Raven

Mike Duran

         Three days ago, I received an urgent message from Colonel Craig Wyender—though it seems like ages now. Back then, I was weak, without purpose. Alone.

         Now with the night air in my face, hurtling down the desert highway toward a starry pool of light, I feel like a new man. Finally, I have an assignment, an order, a reason to live. Someone's survival is at stake.

         Six men are dead because of Irene. But it'll be weeks before anyone knows they're missing. That's one good thing about classified missions. By the time they find those guys, Irene and I will be long gone.

         There's a tart, brittle smell in the air—desert sage and wildflowers. Part of me remembers that smell, vaguely. Like the past.

         Retirement made me soft, like retirements do. I'd made a living being strong and confident. When a soldier became homesick, lost a limb or got killed by friendly fire, I had to stand tall and say the right things. But the more I saw, the less I said. When I finally left the service, I had little motivation for propping up an image of stability or composure. I just wanted to breathe.

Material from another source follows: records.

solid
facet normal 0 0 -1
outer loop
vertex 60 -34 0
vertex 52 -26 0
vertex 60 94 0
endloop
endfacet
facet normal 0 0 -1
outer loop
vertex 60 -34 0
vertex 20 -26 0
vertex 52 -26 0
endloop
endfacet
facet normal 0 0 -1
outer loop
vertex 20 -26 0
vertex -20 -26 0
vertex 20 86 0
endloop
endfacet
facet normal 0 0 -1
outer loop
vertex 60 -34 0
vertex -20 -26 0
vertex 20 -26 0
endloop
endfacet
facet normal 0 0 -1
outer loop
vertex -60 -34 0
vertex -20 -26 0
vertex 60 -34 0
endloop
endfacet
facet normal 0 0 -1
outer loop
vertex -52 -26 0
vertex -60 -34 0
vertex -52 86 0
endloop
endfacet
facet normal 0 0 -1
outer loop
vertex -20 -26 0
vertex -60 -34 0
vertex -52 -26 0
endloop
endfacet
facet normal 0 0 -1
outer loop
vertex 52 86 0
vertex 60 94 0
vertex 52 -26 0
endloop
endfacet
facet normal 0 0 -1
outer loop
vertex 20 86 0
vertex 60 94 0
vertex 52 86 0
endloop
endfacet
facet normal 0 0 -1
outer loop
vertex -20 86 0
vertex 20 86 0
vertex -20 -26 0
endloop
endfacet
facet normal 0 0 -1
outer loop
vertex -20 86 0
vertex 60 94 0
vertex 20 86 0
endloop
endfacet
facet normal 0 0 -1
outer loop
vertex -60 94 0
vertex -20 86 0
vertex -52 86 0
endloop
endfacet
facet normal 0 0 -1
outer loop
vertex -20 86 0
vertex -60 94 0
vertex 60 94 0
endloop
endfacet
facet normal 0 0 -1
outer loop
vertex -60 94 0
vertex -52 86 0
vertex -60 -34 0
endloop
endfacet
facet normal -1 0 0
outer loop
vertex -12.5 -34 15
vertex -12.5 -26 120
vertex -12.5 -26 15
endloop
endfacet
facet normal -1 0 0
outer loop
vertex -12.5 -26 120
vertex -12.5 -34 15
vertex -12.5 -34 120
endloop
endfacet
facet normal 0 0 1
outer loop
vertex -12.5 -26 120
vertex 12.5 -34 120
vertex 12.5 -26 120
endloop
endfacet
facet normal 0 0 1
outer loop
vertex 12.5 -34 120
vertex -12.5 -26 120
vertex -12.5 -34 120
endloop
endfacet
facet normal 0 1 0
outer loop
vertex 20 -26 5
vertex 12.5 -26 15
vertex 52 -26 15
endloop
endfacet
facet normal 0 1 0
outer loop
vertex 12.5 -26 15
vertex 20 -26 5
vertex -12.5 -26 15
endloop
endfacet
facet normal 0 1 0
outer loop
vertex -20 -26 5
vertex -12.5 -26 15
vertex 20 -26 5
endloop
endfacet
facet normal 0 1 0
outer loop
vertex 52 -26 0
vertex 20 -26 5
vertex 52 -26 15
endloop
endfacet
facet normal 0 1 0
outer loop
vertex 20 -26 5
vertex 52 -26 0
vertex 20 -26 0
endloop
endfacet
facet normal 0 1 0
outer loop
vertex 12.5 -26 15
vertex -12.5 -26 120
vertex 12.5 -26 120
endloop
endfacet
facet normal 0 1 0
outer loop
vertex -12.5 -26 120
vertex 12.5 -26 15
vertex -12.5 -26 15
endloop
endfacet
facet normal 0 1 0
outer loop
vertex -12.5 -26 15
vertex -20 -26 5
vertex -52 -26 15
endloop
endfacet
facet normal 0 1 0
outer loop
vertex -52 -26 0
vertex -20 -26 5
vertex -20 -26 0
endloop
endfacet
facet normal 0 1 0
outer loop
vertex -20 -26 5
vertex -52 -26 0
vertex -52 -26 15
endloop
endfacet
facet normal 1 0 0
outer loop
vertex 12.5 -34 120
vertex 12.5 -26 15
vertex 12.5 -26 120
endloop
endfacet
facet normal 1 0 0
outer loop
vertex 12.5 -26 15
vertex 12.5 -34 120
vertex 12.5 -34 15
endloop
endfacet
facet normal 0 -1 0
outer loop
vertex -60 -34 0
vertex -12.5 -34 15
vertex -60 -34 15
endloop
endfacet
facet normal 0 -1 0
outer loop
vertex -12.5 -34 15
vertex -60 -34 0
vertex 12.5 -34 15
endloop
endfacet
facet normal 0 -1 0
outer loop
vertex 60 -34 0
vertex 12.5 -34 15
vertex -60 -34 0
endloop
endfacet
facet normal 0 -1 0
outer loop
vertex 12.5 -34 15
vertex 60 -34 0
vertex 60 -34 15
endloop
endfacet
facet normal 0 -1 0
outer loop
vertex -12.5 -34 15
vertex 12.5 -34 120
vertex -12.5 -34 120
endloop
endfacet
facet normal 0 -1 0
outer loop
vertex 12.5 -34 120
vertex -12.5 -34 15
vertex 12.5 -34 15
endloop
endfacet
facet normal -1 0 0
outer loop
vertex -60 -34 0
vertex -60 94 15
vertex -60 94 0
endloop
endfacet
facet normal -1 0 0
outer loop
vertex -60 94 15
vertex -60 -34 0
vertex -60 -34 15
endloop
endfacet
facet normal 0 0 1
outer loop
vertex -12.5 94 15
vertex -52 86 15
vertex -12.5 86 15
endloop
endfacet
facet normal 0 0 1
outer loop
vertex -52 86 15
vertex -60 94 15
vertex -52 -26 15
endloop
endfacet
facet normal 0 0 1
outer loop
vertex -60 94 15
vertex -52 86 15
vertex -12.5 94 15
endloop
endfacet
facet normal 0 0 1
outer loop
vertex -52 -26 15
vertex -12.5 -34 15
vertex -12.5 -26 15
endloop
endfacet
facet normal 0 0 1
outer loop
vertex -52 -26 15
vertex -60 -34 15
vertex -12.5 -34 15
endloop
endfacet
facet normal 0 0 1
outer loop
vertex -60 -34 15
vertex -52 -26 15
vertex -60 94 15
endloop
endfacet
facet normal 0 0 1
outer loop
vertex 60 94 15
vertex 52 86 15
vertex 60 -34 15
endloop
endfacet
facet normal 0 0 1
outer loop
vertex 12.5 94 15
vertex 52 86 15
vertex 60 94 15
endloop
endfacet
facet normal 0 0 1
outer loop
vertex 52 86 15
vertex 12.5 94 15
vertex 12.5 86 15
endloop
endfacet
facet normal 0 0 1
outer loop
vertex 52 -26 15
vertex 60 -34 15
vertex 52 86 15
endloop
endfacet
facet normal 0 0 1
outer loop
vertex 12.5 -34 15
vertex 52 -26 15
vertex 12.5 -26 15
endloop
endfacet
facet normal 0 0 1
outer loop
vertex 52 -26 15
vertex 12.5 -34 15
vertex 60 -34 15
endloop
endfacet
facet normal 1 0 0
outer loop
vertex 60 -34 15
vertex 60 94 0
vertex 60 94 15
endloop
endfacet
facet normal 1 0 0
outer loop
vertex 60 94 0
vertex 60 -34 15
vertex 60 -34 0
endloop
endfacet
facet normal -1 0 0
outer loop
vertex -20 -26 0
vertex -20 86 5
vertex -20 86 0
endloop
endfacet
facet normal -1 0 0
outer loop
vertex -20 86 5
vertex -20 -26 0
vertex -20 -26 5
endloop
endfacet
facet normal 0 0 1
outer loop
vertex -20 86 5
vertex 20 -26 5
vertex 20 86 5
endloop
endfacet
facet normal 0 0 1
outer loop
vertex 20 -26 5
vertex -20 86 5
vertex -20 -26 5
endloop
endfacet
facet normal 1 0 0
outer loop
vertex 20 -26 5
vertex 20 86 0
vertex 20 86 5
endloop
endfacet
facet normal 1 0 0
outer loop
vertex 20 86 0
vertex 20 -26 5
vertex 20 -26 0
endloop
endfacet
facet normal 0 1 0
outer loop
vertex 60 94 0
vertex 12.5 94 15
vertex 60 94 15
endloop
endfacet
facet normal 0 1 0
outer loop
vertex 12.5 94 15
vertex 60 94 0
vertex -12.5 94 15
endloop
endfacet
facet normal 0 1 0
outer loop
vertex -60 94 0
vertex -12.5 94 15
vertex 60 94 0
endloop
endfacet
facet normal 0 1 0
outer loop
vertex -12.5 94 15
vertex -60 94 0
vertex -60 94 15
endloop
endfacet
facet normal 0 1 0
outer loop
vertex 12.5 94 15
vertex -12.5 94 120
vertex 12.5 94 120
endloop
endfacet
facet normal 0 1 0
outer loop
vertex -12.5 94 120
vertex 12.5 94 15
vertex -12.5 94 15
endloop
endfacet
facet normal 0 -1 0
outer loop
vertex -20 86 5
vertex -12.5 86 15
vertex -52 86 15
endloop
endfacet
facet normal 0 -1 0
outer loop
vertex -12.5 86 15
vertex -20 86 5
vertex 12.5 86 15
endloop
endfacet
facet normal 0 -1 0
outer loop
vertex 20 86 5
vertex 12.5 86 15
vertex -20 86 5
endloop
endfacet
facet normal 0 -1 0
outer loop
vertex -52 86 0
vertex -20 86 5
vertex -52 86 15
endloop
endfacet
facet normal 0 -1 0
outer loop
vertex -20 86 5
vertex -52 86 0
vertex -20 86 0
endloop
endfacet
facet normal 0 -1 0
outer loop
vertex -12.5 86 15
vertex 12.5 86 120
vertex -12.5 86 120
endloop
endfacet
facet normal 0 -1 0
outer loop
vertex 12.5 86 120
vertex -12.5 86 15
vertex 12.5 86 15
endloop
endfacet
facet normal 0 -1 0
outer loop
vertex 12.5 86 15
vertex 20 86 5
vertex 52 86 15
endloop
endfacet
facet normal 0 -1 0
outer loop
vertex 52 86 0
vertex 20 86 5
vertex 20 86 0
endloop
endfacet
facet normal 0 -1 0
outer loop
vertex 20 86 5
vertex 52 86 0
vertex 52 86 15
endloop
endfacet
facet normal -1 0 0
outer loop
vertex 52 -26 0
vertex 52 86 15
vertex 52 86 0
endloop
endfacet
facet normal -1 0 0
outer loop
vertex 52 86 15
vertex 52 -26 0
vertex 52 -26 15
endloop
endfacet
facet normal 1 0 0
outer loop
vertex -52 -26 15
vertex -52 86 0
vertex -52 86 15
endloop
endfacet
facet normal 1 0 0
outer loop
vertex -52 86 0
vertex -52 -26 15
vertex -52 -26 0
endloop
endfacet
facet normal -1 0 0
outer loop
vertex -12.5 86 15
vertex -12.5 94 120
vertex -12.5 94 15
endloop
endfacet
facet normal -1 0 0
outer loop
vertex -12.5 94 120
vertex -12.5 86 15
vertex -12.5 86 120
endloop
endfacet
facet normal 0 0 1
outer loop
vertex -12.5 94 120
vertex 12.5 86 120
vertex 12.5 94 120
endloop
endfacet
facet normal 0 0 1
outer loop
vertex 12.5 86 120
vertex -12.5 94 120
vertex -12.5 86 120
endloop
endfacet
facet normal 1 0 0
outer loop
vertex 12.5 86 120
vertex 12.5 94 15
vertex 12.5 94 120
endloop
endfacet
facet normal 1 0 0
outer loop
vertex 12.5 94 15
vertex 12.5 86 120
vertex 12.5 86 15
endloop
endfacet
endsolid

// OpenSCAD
color("red")
    translate([0, -30, 0])
        linear_extrude(height = 120)
            square([25, 8], center = true);
color("red")
    translate([0, -30, 0])
        linear_extrude(height = 15)
            square([120, 8], center = true);
color("red")
    translate([0, 30, 0])
        linear_extrude(height = 5)
            square([40, 120], center = true);

color("red")
    translate([0, 90, 0])
        linear_extrude(height = 15)
            square([120, 8], center = true);
color("red")
    translate([56, 30, 0])
        linear_extrude(height = 15)
            square([8, 120], center = true);
color("red")
    translate([-56, 30, 0])
        linear_extrude(height = 15)
            square([8, 120], center = true);            
color("red")
    translate([0, 90, 0])
        linear_extrude(height = 120)
            square([25, 8], center = true);
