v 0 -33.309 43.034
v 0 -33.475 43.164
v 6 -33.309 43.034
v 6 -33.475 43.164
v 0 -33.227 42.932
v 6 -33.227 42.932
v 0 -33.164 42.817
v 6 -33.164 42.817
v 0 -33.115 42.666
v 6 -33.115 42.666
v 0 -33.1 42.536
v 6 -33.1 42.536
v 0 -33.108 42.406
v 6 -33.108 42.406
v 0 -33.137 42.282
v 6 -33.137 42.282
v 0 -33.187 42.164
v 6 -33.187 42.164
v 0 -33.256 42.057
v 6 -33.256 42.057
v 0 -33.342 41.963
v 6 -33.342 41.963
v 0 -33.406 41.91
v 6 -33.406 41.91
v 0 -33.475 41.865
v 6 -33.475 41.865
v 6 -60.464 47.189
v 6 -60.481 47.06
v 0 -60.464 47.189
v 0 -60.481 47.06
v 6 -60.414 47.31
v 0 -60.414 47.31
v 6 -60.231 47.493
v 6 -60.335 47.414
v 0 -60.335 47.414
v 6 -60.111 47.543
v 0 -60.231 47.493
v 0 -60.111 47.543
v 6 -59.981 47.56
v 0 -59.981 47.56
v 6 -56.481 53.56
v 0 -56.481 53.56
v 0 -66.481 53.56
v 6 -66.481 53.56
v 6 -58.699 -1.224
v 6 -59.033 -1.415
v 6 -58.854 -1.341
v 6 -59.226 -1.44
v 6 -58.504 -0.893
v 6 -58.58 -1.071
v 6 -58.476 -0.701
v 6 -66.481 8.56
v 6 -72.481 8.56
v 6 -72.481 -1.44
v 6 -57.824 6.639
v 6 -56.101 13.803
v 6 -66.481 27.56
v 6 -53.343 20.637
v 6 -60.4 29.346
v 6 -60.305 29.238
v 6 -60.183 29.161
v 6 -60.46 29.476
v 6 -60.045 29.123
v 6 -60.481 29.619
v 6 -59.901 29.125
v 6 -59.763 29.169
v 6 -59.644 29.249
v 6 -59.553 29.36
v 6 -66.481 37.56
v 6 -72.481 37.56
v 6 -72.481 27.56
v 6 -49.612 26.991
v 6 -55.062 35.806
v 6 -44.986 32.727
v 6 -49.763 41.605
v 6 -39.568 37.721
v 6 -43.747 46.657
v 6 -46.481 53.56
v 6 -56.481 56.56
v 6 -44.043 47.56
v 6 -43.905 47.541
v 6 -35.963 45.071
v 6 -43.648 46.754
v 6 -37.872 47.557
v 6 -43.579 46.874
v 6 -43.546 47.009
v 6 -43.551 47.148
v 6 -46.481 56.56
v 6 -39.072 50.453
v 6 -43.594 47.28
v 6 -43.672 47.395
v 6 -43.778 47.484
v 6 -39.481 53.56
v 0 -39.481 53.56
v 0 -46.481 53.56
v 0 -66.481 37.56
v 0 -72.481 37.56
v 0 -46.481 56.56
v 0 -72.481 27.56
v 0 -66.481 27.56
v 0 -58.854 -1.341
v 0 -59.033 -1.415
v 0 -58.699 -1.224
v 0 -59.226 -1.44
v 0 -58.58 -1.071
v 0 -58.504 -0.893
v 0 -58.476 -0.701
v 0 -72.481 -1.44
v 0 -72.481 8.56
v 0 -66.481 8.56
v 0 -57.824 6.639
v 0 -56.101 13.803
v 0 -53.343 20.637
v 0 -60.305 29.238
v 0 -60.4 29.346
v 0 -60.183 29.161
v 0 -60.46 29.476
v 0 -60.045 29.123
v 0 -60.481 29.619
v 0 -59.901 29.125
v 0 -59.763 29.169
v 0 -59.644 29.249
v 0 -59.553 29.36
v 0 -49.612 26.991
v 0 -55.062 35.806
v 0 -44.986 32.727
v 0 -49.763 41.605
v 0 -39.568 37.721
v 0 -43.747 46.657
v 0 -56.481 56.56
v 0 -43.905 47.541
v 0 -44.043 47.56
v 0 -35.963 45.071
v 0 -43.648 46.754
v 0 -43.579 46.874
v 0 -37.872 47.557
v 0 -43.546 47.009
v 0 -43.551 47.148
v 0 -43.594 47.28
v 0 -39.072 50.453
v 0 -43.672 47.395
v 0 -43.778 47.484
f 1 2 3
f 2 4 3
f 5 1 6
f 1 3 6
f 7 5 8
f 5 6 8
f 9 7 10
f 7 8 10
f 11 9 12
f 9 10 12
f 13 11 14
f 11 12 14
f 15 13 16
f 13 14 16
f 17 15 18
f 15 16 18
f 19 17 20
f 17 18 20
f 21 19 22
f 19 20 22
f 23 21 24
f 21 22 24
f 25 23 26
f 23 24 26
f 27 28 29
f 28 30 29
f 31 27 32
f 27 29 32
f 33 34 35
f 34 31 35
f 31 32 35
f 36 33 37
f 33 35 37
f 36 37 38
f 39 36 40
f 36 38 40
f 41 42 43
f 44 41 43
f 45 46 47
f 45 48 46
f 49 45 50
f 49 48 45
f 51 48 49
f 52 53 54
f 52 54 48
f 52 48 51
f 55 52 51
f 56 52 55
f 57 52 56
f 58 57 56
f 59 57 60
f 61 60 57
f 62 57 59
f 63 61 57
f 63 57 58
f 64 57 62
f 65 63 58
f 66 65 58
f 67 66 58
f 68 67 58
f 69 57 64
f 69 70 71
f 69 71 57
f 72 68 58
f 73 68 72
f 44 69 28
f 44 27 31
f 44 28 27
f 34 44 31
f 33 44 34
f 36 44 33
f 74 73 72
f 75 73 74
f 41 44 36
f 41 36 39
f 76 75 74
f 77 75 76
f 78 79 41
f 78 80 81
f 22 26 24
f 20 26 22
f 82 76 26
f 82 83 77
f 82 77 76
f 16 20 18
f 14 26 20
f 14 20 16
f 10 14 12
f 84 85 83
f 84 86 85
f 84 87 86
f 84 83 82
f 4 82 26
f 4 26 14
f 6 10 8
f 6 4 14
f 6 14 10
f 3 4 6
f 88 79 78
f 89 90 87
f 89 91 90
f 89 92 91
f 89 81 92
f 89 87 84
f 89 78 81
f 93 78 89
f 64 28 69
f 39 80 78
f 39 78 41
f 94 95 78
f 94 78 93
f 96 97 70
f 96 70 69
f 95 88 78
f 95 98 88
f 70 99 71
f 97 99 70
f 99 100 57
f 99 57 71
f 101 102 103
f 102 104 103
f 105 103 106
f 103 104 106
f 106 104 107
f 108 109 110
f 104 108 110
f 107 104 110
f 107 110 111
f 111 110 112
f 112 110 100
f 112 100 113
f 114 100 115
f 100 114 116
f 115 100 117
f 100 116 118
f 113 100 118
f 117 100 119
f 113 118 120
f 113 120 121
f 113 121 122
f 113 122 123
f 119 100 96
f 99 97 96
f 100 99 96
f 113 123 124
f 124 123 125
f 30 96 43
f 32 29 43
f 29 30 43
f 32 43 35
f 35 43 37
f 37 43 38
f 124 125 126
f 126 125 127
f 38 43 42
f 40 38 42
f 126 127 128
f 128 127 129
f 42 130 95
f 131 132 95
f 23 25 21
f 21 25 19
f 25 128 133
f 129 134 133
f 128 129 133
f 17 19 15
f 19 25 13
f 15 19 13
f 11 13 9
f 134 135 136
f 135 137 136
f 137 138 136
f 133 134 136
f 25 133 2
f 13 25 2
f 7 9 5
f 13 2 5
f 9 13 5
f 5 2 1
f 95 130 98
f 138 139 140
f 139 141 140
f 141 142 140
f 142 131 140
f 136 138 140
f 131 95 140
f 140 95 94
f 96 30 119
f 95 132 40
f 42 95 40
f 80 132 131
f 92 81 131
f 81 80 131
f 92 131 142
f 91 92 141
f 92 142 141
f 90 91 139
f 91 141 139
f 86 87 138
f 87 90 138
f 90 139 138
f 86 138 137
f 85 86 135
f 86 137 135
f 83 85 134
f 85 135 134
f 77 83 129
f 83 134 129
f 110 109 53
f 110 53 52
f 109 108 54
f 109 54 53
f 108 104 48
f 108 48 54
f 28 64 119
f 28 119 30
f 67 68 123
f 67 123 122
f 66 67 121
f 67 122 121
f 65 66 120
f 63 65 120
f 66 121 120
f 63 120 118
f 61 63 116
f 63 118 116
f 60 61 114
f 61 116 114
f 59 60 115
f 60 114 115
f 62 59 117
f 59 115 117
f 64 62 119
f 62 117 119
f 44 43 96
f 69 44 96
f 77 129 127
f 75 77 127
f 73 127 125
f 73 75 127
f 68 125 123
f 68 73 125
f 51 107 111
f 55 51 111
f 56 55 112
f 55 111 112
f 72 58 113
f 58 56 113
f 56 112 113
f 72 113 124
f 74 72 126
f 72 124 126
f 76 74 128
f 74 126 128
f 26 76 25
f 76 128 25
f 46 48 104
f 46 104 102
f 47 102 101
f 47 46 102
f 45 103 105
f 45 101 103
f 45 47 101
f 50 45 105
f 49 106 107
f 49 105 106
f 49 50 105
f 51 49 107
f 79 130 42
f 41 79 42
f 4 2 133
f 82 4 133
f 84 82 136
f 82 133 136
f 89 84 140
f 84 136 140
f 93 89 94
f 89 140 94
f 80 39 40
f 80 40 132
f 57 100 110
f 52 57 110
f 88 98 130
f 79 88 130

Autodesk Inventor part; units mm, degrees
ref_plane "YZ Plane" through (0, 0, 0) normal (1, 0, 0) x (0, 1, 0)
ref_plane "XZ Plane" through (0, 0, 0) normal (0, 1, 0) x (-1, 0, 0)
ref_plane "XY Plane" through (0, 0, 0) normal (0, 0, 1) x (1, 0, 0)
sketch "Sketch1" plane through (0, 0, 0) normal (1, 0, 0) x (0, 1, 0)
  circle A0 centre (-8.4812, -1.44) radius 50 construction
  line L0 (-46.4812, 56.56) -> (-56.4812, 56.56)
  line L1 (-56.4812, 56.56) -> (-56.4812, 53.56)
  line L2 (-66.4812, 27.56) -> (-72.4812, 27.56)
  line L3 (-72.4812, 27.56) -> (-72.4812, 37.56)
  line L4 (-72.4812, 37.56) -> (-66.4812, 37.56)
  arc A1 (-44.3506, 33.3937) -> (-32.2509, 42.5487) centre (-8.4812, -1.44) ccw construction
  line L5 (-66.4812, 53.56) -> (-66.4812, 37.56)
  line L6 (-56.4812, 53.56) -> (-66.4812, 53.56)
  line L7 (-66.4812, 53.56) -> (-45.3047, 32.3835) construction
  line L8 (-58.4812, -1.44) -> (-65.4812, -1.44)
  line L9 (-65.4812, -1.44) -> (-72.4812, -1.44)
  line L10 (-72.4812, -1.44) -> (-72.4812, 8.56)
  line L11 (-72.4812, 8.56) -> (-66.4812, 8.56)
  line L12 (-66.4812, 27.56) -> (-66.4812, 8.56)
  arc A2 (-32.2509, 42.5487) -> (-58.4812, -1.44) centre (-8.4812, -1.44) ccw
  arc A3 (-39.4812, 53.56) -> (-32.2509, 42.5487) centre (-27.4812, 53.56) ccw
  line L13 (-46.4812, 56.56) -> (-46.4812, 53.56)
  line L14 (-46.4812, 53.56) -> (-39.4812, 53.56)
  line L15 (-48.4406, 53.56) -> (-18.7746, 53.56) construction
  point P0 (-30.5194, 43.4412)
  dimension "d6" = 50
  dimension "d8" = 10
  dimension "d10" = 3
  dimension "d11" = 10
  dimension "d12" = 6
  dimension "d18" = 10
  dimension "d23" = 45
  dimension "d30" = 10
  dimension "d31" = 6
  dimension "d32" = 19
  dimension "d38" = 58
  dimension "d50" = 7
  dimension "d51" = 16
  dimension "d57" = 12
  dimension "d69" = 7
  dimension "d70" = 7
extrude "Extrusion2" add sketch "Sketch1" along normal blind 6
fillet "Fillet3" radius 0.75 2 edges at (3, -32.2509, 42.5487) (3, -58.4812, -1.44)
sketch "Sketch2" plane through (6, 0, 0) normal (1, 0, 0) x (0, 0, -1)
  line L0 (-27.7662, -60.4812) -> (-47.56, -60.4812)
  line L1 (-47.56, -60.4812) -> (-47.56, -42.4812)
  line L2 (-53.56, -56.4812) -> (-53.56, -66.4812) projected
  line L3 (-53.56, -66.4812) -> (-37.56, -66.4812) projected
  line L4 (-56.56, -46.4812) -> (-56.56, -56.4812) projected
  arc A0 (-41.8649, -33.4749) -> (0.701, -58.4757) centre (1.44, -8.4812) ccw projected
  arc A1 (-47.56, -42.4812) -> (-27.7662, -60.4812) centre (1.44, -8.4812) ccw
  point P0 (-53.56, -39.4812)
  dimension "d42" = 6
  dimension "d43" = 6
  dimension "d73" = 3
extrude "Extrusion5" cut sketch "Sketch2" against normal blind 10
fillet "Fillet7" radius 0.5 3 edges at (3, -42.4812, 47.56) (3, -60.4812, 47.56) (3, -60.4812, 27.7662)
properties part number "Harness Pusher 2"
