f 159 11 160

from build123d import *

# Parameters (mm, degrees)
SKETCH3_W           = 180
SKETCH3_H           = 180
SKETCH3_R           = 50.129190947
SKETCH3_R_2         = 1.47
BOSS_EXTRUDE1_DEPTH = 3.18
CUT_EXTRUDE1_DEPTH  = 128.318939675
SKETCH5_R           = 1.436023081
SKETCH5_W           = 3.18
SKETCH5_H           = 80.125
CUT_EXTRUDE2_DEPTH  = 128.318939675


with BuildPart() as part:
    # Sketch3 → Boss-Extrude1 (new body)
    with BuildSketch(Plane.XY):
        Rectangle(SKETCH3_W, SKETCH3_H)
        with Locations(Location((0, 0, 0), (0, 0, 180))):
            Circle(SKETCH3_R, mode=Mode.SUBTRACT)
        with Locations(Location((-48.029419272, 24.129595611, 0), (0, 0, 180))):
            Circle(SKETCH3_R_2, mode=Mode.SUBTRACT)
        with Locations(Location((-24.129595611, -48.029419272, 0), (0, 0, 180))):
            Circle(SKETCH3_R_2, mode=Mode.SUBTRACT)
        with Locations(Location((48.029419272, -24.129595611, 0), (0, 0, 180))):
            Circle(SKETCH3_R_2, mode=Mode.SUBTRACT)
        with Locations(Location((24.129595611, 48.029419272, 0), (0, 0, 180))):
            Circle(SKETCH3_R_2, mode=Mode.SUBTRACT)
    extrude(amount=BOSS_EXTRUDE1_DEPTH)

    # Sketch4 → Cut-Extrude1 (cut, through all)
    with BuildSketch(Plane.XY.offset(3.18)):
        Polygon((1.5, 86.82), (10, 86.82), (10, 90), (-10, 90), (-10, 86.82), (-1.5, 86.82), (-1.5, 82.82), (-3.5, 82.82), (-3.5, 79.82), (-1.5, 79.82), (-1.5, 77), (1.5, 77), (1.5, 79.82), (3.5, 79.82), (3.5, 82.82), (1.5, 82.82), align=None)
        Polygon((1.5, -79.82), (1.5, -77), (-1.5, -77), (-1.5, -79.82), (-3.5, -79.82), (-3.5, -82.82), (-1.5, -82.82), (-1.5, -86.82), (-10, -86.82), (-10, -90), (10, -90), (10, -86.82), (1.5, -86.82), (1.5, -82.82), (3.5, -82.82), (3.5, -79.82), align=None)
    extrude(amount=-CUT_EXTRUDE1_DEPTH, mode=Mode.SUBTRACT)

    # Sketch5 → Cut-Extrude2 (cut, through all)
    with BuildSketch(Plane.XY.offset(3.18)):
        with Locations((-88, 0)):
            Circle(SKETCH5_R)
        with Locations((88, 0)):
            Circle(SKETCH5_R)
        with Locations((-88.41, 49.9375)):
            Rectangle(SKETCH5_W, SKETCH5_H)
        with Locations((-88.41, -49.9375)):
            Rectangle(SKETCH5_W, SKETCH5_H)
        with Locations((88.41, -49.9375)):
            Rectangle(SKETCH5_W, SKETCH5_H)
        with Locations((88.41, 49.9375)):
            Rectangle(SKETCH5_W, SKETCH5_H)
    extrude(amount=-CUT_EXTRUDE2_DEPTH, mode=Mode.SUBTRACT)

         Army chaplains are a strange breed, no doubt. One day we walk the wire, small talking to soldiers trained to kill, the next we teach a class on morals and ethics, or stress management. Sometimes just the monotony of routine and protocol is what drove a guy crazy. And following orders, without flinching, inevitably led to explosions and implosions.

         As a chaplain, I sifted the debris.

         The first time I met Colonel Wyender, it was informal. He'd sent for me and asked, off the record, what I knew about demon possession. They'd been digging through my files, saw that I served in Egypt then further down.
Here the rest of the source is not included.